The current curriculum for sexual education in Ireland is 20 years old and is in drastic need of change. These updates should reflect the “significant and welcome changes” that have occurred in the past two decades, according to a recent report by the Oireachtas Education Committee. The Department of Education is also set to look into the power that religious schools have to use their ethos as a barrier to informative sexual education for their students, as recommended by the committee. Other recommendations included in their report include regulating outside providers of sexual education, to ensure each student is receiving the same standard of education and placing a greater emphasis on consent as an integral part of all sexual activity.

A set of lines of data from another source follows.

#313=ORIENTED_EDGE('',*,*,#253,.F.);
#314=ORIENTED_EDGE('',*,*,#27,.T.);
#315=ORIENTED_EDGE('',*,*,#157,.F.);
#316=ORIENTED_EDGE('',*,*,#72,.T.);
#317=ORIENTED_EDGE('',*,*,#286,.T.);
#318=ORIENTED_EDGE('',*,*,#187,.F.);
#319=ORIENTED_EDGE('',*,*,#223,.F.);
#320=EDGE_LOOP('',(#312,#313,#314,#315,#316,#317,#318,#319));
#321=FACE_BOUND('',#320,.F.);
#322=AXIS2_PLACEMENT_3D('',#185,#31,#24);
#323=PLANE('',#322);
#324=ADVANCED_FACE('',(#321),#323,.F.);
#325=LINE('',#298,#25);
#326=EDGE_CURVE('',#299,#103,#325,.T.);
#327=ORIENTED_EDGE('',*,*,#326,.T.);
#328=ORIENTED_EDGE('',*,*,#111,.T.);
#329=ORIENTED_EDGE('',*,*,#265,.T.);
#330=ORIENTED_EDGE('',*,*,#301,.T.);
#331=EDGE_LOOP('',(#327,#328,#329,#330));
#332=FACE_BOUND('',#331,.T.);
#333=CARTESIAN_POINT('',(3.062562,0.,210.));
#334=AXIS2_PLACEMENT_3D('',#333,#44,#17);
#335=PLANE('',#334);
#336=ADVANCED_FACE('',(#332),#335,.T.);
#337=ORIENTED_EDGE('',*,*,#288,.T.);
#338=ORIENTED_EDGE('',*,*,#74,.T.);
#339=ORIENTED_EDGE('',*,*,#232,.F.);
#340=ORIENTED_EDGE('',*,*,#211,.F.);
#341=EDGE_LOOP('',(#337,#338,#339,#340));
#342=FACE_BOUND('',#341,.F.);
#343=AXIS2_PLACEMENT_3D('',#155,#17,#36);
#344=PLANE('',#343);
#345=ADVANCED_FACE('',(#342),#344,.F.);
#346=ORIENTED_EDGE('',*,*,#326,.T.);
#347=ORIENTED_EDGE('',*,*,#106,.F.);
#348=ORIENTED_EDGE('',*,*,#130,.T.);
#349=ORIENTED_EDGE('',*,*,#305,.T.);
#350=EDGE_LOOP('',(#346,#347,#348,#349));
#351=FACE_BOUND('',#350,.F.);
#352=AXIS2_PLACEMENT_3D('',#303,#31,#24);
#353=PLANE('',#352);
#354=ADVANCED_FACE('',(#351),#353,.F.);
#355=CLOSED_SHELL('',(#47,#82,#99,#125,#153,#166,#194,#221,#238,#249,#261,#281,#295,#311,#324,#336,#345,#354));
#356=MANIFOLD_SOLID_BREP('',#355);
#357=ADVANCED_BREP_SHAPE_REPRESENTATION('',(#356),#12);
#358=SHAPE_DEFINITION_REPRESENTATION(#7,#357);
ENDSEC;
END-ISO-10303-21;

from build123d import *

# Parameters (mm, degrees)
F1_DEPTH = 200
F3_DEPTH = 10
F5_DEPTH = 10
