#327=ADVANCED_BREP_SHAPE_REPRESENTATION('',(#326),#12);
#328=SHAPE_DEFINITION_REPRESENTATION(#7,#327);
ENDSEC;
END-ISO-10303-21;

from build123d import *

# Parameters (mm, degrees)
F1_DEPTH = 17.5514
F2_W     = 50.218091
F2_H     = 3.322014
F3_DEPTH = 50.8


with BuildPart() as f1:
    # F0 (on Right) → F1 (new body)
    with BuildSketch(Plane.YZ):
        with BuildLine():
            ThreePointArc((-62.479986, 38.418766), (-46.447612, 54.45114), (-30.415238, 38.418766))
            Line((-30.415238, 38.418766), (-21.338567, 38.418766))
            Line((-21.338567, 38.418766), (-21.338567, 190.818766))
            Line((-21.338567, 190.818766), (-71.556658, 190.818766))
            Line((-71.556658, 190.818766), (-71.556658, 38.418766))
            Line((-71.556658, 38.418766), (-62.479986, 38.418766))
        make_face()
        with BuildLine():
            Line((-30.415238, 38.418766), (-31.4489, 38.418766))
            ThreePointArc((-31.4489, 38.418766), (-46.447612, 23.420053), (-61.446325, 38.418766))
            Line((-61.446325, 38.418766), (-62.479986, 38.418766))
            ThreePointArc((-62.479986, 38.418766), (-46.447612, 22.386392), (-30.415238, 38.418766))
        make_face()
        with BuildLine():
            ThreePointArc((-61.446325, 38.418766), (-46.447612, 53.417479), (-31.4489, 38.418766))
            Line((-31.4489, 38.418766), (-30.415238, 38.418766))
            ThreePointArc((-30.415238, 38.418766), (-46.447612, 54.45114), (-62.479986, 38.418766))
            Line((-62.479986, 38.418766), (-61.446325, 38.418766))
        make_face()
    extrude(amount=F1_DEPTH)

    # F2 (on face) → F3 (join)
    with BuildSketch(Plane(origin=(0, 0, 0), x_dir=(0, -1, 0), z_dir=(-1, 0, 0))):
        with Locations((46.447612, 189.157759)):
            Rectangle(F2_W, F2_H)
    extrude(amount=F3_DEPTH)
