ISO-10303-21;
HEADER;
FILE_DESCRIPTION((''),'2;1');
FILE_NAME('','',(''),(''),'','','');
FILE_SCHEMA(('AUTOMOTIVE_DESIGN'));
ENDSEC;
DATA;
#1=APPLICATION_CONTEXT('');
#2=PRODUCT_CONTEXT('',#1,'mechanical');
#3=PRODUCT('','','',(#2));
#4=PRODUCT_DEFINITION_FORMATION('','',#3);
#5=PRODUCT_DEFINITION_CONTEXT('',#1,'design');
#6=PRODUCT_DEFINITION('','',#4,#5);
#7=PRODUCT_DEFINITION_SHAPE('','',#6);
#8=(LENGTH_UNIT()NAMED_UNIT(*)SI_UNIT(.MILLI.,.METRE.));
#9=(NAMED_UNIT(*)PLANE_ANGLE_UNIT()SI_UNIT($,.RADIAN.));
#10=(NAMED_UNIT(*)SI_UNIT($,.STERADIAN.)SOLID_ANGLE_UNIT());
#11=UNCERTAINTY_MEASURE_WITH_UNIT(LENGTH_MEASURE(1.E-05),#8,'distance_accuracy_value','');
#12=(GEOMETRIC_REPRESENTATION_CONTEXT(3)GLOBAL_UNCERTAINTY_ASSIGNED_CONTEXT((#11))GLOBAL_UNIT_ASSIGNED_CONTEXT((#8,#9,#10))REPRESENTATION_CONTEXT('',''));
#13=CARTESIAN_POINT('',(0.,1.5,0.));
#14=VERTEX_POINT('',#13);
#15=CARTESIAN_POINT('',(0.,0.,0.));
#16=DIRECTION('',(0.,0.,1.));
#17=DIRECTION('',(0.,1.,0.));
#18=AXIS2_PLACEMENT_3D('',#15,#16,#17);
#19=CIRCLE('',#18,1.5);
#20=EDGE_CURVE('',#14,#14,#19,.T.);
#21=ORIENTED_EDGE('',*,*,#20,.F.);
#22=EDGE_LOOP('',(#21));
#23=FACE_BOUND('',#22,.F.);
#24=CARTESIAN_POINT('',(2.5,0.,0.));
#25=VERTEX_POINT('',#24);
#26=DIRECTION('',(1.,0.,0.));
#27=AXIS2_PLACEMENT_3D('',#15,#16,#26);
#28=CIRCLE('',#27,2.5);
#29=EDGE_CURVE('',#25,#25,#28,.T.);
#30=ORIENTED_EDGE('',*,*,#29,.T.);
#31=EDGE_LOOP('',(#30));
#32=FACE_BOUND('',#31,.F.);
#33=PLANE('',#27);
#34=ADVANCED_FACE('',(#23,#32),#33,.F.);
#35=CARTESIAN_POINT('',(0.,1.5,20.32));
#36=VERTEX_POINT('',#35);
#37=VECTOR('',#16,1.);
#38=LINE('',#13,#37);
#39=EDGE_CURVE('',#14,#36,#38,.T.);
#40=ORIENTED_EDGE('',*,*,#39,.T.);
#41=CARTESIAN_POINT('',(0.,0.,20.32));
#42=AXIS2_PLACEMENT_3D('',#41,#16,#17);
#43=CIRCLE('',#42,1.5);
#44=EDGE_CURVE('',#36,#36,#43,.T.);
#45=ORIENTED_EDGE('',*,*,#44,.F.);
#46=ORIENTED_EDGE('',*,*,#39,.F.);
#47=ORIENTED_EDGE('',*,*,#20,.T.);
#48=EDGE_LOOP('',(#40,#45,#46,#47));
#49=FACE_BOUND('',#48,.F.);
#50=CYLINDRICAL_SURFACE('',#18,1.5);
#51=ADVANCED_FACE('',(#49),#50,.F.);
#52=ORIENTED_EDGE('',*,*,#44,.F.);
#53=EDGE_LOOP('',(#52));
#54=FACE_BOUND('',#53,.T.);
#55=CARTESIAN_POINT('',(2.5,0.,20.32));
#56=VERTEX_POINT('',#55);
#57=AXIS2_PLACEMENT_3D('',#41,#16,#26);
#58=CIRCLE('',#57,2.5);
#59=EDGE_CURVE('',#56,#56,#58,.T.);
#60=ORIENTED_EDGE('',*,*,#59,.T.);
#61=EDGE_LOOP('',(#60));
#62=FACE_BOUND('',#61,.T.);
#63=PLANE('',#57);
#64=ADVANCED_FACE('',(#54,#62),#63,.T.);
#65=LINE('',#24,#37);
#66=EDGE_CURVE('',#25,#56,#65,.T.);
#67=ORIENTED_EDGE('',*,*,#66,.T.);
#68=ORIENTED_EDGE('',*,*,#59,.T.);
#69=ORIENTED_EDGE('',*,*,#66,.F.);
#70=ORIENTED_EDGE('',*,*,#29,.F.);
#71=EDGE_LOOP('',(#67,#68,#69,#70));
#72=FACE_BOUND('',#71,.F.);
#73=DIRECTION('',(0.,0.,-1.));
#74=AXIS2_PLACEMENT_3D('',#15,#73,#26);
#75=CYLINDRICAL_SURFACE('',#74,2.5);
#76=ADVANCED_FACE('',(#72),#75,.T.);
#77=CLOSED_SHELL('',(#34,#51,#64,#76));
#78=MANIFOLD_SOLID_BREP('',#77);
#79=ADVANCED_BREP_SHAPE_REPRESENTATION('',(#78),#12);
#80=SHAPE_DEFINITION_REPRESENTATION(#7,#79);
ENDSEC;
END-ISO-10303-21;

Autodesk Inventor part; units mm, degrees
ref_plane "YZ Plane" through (0, 0, 0) normal (1, 0, 0) x (0, 1, 0)
ref_plane "XZ Plane" through (0, 0, 0) normal (0, 1, 0) x (-1, 0, 0)
ref_plane "XY Plane" through (0, 0, 0) normal (0, 0, 1) x (1, 0, 0)
sketch "Sketch1" plane through (0, 0, 0) normal (0, 0, 1) x (1, 0, 0)
  circle A0 centre (0, 0) radius 2.5
  dimension "PenetrationOuterDiameter" = 5
extrude "Extrusion2" add sketch "Sketch1" along normal blind 20.32
hole "Hole2" at (0, 0, 0) direction (0, 0, 1) diameter 3 end through all
equation "\"PenetrationInnerDiameter\" = PenetrationOuterDiameter - 2 * PenetrationThickness"
equation "\"PenetrationThickness\" = 1"
properties part number "prenetration_top_sweep"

The report also mentions contraception and how our sexual education needs to improve its approach to the subject; “to reflect international best practice.” According to experts, if free contraception is to make a difference to crisis pregnancy rates in this country, the importance of effective sexual education can not be understated. Countries like Norway and Finland have started implementing a more holistic approach to sexual education in recent years, that emphasises consent, responsibility and self-esteem issues as well as the biology, and this has been shown to reduce their abortion rate. Sexual education in these countries is also a continuous process from primary school onwards, rather than a once-off approach.

If a free contraception scheme is to be introduced with the intention of lowering crisis pregnancies, the use of LARCs and a much-needed update to our sexual education programme should therefore be included for it to have the greatest possible effect. The IFPA believe that “this is a public health issue” and that “over the last couple of decades, the rate of unintended pregnancy in Ireland has dropped significantly, and that’s tied directly to the better availability of contraception. But there is still an unmet need for contraception in Ireland and that won’t be solved until cost is no longer a barrier.”